• _What you have to do_:
Reproduce the first line of the material below and each line after it, exactly, through the line containing "v -399.064 91.21 20", and give nothing more.
——
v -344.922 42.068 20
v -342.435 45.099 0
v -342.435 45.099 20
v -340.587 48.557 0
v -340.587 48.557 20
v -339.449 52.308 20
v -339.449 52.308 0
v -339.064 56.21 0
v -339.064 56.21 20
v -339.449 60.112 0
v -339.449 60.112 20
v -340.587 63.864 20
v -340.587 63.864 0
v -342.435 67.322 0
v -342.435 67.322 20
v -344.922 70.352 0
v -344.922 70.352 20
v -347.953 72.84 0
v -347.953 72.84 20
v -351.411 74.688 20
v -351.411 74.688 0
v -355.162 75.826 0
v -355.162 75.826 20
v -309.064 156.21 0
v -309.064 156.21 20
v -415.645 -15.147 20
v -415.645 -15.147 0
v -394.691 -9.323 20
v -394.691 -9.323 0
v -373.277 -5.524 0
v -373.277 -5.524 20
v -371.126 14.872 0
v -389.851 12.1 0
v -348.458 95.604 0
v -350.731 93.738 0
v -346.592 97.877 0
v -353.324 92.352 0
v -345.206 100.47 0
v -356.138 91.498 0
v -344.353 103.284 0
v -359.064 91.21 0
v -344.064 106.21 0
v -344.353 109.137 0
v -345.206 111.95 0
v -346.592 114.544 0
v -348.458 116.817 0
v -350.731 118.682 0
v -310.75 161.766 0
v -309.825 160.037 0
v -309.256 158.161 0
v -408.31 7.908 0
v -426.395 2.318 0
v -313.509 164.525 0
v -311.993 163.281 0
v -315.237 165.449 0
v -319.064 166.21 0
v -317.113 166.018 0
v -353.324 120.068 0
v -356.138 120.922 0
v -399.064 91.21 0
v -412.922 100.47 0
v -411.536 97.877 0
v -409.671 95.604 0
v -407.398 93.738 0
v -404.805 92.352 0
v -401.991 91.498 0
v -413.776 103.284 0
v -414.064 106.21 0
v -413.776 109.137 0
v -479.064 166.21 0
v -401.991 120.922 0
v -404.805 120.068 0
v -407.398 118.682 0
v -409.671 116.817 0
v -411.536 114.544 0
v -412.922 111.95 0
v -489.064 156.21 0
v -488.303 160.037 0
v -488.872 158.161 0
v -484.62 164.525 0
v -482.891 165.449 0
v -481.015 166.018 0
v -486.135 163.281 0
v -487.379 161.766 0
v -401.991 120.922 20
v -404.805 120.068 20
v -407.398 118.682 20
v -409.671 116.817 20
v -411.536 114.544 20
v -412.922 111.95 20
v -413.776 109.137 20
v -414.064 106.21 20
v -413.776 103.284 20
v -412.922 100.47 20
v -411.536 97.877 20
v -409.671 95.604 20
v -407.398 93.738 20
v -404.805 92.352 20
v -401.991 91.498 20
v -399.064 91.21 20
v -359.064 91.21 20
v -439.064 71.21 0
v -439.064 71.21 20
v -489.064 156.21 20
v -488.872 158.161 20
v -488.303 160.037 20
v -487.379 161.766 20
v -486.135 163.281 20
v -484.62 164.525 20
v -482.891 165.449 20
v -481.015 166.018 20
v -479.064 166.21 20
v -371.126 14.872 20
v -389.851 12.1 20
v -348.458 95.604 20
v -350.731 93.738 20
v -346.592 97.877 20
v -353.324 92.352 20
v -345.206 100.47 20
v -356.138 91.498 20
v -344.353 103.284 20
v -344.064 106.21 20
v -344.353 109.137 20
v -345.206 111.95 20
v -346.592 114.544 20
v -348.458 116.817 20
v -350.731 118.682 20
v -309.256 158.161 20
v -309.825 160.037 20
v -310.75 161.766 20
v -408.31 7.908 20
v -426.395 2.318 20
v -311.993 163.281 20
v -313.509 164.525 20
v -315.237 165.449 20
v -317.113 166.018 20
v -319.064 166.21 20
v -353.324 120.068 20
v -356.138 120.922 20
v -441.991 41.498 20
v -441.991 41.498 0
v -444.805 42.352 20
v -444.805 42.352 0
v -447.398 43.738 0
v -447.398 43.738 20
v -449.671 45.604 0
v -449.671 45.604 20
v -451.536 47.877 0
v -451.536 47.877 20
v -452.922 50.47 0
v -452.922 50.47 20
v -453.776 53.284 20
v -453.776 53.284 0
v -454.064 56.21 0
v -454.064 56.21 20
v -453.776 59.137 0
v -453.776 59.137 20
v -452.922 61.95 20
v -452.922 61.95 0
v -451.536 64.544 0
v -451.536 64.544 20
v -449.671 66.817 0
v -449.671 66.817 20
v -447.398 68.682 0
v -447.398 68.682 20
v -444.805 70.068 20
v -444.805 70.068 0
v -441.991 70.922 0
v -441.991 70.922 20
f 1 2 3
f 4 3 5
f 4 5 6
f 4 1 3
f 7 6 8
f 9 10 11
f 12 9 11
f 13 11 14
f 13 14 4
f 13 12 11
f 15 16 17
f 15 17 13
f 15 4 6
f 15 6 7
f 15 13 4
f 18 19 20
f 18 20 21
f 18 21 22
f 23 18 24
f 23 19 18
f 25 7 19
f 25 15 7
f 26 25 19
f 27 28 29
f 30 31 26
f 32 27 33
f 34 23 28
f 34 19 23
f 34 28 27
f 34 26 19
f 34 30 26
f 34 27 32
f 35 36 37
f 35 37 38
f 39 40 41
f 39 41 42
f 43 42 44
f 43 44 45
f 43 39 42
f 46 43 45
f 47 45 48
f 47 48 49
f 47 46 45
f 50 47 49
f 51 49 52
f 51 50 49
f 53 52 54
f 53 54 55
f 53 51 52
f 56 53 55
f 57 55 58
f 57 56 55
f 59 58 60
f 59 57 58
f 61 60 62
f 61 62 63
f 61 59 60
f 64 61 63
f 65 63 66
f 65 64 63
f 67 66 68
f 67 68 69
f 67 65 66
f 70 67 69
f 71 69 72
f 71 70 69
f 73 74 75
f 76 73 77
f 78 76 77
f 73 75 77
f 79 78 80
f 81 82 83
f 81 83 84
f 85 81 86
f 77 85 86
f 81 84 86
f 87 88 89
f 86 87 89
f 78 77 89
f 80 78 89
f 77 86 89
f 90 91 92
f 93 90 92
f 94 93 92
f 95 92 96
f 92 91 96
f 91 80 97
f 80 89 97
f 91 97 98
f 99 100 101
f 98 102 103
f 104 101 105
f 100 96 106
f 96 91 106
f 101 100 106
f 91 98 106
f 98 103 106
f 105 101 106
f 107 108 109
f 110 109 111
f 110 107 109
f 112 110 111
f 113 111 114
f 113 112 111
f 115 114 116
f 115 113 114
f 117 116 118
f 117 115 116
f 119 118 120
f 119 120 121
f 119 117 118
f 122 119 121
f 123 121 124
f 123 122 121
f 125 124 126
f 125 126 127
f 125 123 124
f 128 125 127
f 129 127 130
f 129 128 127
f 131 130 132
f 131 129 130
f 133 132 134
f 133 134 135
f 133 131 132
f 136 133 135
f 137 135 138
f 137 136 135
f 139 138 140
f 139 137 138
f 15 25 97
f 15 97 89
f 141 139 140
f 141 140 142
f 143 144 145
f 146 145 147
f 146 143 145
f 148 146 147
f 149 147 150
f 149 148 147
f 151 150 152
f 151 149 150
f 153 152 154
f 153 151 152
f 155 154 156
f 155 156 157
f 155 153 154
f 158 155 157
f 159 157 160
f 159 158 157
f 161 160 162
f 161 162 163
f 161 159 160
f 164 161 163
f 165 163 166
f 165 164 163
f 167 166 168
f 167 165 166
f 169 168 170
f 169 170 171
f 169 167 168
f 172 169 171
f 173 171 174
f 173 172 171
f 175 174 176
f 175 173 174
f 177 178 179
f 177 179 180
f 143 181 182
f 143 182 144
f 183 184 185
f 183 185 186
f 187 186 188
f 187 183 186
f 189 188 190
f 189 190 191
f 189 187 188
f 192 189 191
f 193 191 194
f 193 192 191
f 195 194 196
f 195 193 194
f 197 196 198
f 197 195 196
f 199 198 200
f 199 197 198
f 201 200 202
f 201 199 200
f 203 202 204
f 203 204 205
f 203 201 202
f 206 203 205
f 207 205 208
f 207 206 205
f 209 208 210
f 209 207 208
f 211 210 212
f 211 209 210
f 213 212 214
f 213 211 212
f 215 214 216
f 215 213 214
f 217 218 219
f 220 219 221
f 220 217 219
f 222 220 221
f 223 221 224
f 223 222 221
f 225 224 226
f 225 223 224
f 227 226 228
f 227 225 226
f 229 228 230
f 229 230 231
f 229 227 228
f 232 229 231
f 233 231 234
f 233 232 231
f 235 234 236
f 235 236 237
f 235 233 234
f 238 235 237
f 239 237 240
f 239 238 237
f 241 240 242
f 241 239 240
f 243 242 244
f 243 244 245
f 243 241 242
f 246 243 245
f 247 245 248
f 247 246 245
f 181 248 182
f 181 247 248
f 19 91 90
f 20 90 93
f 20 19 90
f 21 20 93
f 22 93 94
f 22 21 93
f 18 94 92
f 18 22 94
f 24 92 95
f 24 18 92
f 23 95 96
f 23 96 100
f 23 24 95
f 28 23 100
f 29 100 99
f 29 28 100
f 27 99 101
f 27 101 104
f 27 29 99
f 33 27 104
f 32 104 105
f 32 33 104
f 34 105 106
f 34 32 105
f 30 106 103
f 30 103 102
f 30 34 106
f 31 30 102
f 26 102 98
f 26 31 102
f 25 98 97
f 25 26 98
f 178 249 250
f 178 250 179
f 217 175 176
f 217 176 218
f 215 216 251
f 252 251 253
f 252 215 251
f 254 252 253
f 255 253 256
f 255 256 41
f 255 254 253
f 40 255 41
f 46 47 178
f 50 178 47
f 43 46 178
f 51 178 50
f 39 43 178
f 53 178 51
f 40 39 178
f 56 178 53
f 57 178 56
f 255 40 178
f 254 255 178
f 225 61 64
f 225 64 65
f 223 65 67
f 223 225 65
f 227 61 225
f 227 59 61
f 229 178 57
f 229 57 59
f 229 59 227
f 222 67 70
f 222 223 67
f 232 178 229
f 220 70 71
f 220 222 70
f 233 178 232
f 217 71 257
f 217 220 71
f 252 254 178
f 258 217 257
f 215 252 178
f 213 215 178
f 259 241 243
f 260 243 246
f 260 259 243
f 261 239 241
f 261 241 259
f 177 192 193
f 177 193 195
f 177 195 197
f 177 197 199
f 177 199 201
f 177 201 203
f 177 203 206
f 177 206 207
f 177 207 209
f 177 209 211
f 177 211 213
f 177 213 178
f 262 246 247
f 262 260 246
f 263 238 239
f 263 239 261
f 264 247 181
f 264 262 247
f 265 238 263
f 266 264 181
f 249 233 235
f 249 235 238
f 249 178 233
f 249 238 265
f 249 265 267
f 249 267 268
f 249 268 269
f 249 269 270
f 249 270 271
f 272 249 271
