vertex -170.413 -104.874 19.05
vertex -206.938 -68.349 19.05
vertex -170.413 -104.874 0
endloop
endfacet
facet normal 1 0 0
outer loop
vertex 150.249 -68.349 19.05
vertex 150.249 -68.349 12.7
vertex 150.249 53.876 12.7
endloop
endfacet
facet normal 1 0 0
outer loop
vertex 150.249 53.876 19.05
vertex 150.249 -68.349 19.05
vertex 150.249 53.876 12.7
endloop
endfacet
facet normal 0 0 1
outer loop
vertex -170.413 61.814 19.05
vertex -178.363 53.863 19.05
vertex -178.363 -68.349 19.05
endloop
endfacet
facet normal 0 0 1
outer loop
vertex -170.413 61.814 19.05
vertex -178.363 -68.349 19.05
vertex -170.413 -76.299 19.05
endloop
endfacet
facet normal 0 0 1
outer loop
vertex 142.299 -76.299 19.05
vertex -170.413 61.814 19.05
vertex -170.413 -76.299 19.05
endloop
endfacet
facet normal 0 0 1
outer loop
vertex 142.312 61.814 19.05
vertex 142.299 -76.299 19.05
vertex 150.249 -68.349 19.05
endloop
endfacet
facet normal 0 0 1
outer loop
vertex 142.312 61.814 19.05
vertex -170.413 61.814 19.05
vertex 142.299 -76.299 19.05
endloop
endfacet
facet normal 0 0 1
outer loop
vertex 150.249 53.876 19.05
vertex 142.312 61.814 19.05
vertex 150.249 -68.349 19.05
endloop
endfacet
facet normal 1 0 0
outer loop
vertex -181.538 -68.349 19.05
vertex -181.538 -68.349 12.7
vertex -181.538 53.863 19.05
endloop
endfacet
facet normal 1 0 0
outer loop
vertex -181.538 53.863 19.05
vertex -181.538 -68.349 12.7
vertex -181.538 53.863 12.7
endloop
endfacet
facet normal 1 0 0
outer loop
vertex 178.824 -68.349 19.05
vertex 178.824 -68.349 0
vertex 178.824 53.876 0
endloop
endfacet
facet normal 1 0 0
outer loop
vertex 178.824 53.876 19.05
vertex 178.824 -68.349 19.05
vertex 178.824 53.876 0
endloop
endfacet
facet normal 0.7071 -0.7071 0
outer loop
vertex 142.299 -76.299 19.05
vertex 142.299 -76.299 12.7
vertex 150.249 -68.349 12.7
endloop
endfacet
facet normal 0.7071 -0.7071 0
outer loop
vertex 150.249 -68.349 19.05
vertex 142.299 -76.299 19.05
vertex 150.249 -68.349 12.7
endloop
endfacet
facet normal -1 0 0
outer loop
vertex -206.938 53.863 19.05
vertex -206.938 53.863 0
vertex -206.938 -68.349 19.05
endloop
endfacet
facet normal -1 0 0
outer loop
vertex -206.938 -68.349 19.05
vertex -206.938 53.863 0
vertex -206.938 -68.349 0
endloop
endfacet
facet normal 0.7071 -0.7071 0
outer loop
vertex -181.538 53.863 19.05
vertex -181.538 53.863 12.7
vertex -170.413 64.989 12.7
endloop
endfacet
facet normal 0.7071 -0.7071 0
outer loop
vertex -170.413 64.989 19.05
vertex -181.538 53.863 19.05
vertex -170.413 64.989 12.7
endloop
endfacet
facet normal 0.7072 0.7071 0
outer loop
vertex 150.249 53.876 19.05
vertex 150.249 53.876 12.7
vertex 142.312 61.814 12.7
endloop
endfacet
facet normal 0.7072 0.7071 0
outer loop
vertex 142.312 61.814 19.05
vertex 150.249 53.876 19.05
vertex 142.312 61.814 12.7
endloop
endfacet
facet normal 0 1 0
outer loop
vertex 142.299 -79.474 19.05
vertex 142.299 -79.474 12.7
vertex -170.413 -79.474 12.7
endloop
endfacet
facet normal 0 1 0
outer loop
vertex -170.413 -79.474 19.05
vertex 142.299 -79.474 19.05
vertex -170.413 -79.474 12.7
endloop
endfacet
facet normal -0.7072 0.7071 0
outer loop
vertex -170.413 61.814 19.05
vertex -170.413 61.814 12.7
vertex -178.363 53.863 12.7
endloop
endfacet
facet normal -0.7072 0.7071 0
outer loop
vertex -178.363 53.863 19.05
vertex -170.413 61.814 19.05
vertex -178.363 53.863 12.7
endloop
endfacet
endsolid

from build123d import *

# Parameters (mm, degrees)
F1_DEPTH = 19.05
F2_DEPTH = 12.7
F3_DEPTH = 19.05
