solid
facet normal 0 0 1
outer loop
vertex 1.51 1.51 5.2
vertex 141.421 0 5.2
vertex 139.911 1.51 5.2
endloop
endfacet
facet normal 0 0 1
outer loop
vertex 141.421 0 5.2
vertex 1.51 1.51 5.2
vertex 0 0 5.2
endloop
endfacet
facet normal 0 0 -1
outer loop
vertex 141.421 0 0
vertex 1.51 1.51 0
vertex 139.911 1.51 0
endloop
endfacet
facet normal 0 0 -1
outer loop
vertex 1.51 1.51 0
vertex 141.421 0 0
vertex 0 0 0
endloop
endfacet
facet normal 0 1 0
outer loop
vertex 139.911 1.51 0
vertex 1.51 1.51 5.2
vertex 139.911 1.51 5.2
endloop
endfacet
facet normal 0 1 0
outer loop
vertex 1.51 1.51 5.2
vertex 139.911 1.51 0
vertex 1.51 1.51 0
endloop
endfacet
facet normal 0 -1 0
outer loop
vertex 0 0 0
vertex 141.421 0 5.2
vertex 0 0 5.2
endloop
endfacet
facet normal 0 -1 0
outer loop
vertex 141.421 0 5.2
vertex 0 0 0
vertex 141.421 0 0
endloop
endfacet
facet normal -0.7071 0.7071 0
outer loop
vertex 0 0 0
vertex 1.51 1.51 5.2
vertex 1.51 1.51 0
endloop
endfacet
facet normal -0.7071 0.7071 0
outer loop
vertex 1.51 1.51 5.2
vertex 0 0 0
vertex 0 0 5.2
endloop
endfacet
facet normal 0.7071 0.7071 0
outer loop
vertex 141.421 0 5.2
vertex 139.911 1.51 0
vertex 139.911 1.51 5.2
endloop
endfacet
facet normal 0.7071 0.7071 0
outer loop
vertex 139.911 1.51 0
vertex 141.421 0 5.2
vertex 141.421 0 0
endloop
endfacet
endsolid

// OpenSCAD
thickness = 1.51*1.2;

module diagonal_stucco(x) {
    extra = sqrt((12.5/2)*(12.5/2)*2);
    color("Cornsilk") intersection() {
        translate([0,1.5,0]) cube([sqrt(((x*25)+12.5)*((x*25)+12.5)*2),9.5,44]);
        translate([0,,0]) rotate([0,0,-45]) translate([0,0,0]) cube([x*25,x*25,44]);
    }
}
//diagonal_stucco(2);


module section_negative(x,beam=false,right=false,left=false) {
    beamval = beam ? 1.5 : 0;
    rightval = right ? 1.5 : 0;
    leftval = left ? 1.5 : 0;
    translate([sqrt(100*100*2)/4*(x-1)+beamval+leftval,0,0]) cube([sqrt(100*100*2)/4-beamval*2-leftval-rightval,12.5,38.8]);
}

module base_beam(x,back=false) {
    color("SaddleBrown") intersection() {
        translate([0,back?12.5-thickness:0,5.2]) cube([200, thickness, 3]);
        translate([0,0,0]) rotate([0,0,-45]) translate([0,0,0]) cube([x*25,x*25,38.8]);
    }
}

//Vertical Beams
x=4;
//translate([sqrt(100*100*2)/4*(x-1)-1.5,0,3+5.2]) cube([3,thickness,38.8-6]);
//translate([sqrt(100*100*2)/4*(3-1)-1.5,0,3+5.2]) cube([3,thickness,38.8-6]);
//translate([sqrt(100*100*2)/4*(4-1)-1.5,0,3+5.2]) cube([3,thickness,38.8-6]);
//translate([sqrt(100*100*2)/4*(x-1)-1.5,12.5-thickness,0]) cube([3,thickness,44-3]);
//translate([sqrt(100*100*2)/4*(3-1)-1.5,12.5-thickness,0]) cube([3,thickness,44-3]);
//translate([sqrt(100*100*2)/4*(4-1)-1.5,12.5-thickness,0]) cube([3,thickness,44-3]);


//Cross Beams
/*intersection() {
    //translate([-5.1-3,0,38.8/3+1]) cube([sqrt((100)*(100)*2),thickness,3]);
    translate([3,12.5-thickness,38.8/3+1+5.2]) cube([sqrt((100)*(100)*2),thickness,3]);
    section_negative(4,beam=true);
}*/
//translate([5.1+3,0,38.8/3+1]) cube([sqrt((25)*(25)*2)-(5.1+3)*2,thickness,3]);



//Ends
/*intersection() {
    x=2;
    translate([sqrt((x*25)*(x*25)*2)-3,0,3+5.2]) cube([3,thickness,38.8-6]);
    translate([0,0,0]) rotate([0,0,-45]) translate([0,0,0]) cube([x*25,x*25,44]);
}*/
/*intersection() {
    translate([0,0,3+5.2]) cube([3,thickness,38.8-6]);
    translate([0,0,0]) rotate([0,0,-45]) translate([0,0,0]) cube([25,25,44]);
}*/
/*intersection() {
    x=4;
    translate([sqrt((x*25)*(x*25)*2)-12.5-1.5,12.5-thickness,0]) cube([3,thickness,44-3]);
    translate([0,0,0]) rotate([0,0,-45]) translate([0,0,0]) cube([x*25,x*25,44]);
}*/
/*intersection() {
    translate([12.5-1.5,12.5-thickness,]) cube([3,thickness,44-3]);
    translate([0,0,0]) rotate([0,0,-45]) translate([0,0,0]) cube([25,25,44]);
}*/


//Base
/*translate([0,0,44-5.2-3]) intersection() {
    base_beam(4,true);
    section_negative(3);
}*/

/*
//Top
intersection() {
    base_beam(2);
    section_negative(1);
}
*/

//diagonal_stucco(1);
//diagonal_stucco(2);
//diagonal_stucco(3);
//diagonal_stucco(4);


color("Cornsilk") intersection() {
    translate([0,0,0]) cube([sqrt(((x*25)+12.5)*((x*25)+12.5)*2),1.51,5.2]);
    translate([0,,0]) rotate([0,0,-45]) translate([0,0,0]) cube([x*25,x*25,44]);
}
——
• _Solution below_:
v -344.922 42.068 20
v -342.435 45.099 0
v -342.435 45.099 20
v -340.587 48.557 0
v -340.587 48.557 20
v -339.449 52.308 20
v -339.449 52.308 0
v -339.064 56.21 0
v -339.064 56.21 20
v -339.449 60.112 0
v -339.449 60.112 20
v -340.587 63.864 20
v -340.587 63.864 0
v -342.435 67.322 0
v -342.435 67.322 20
v -344.922 70.352 0
v -344.922 70.352 20
v -347.953 72.84 0
v -347.953 72.84 20
v -351.411 74.688 20
v -351.411 74.688 0
v -355.162 75.826 0
v -355.162 75.826 20
v -309.064 156.21 0
v -309.064 156.21 20
v -415.645 -15.147 20
v -415.645 -15.147 0
v -394.691 -9.323 20
v -394.691 -9.323 0
v -373.277 -5.524 0
v -373.277 -5.524 20
v -371.126 14.872 0
v -389.851 12.1 0
v -348.458 95.604 0
v -350.731 93.738 0
v -346.592 97.877 0
v -353.324 92.352 0
v -345.206 100.47 0
v -356.138 91.498 0
v -344.353 103.284 0
v -359.064 91.21 0
v -344.064 106.21 0
v -344.353 109.137 0
v -345.206 111.95 0
v -346.592 114.544 0
v -348.458 116.817 0
v -350.731 118.682 0
v -310.75 161.766 0
v -309.825 160.037 0
v -309.256 158.161 0
v -408.31 7.908 0
v -426.395 2.318 0
v -313.509 164.525 0
v -311.993 163.281 0
v -315.237 165.449 0
v -319.064 166.21 0
v -317.113 166.018 0
v -353.324 120.068 0
v -356.138 120.922 0
v -399.064 91.21 0
v -412.922 100.47 0
v -411.536 97.877 0
v -409.671 95.604 0
v -407.398 93.738 0
v -404.805 92.352 0
v -401.991 91.498 0
v -413.776 103.284 0
v -414.064 106.21 0
v -413.776 109.137 0
v -479.064 166.21 0
v -401.991 120.922 0
v -404.805 120.068 0
v -407.398 118.682 0
v -409.671 116.817 0
v -411.536 114.544 0
v -412.922 111.95 0
v -489.064 156.21 0
v -488.303 160.037 0
v -488.872 158.161 0
v -484.62 164.525 0
v -482.891 165.449 0
v -481.015 166.018 0
v -486.135 163.281 0
v -487.379 161.766 0
v -401.991 120.922 20
v -404.805 120.068 20
v -407.398 118.682 20
v -409.671 116.817 20
v -411.536 114.544 20
v -412.922 111.95 20
v -413.776 109.137 20
v -414.064 106.21 20
v -413.776 103.284 20
v -412.922 100.47 20
v -411.536 97.877 20
v -409.671 95.604 20
v -407.398 93.738 20
v -404.805 92.352 20
v -401.991 91.498 20
v -399.064 91.21 20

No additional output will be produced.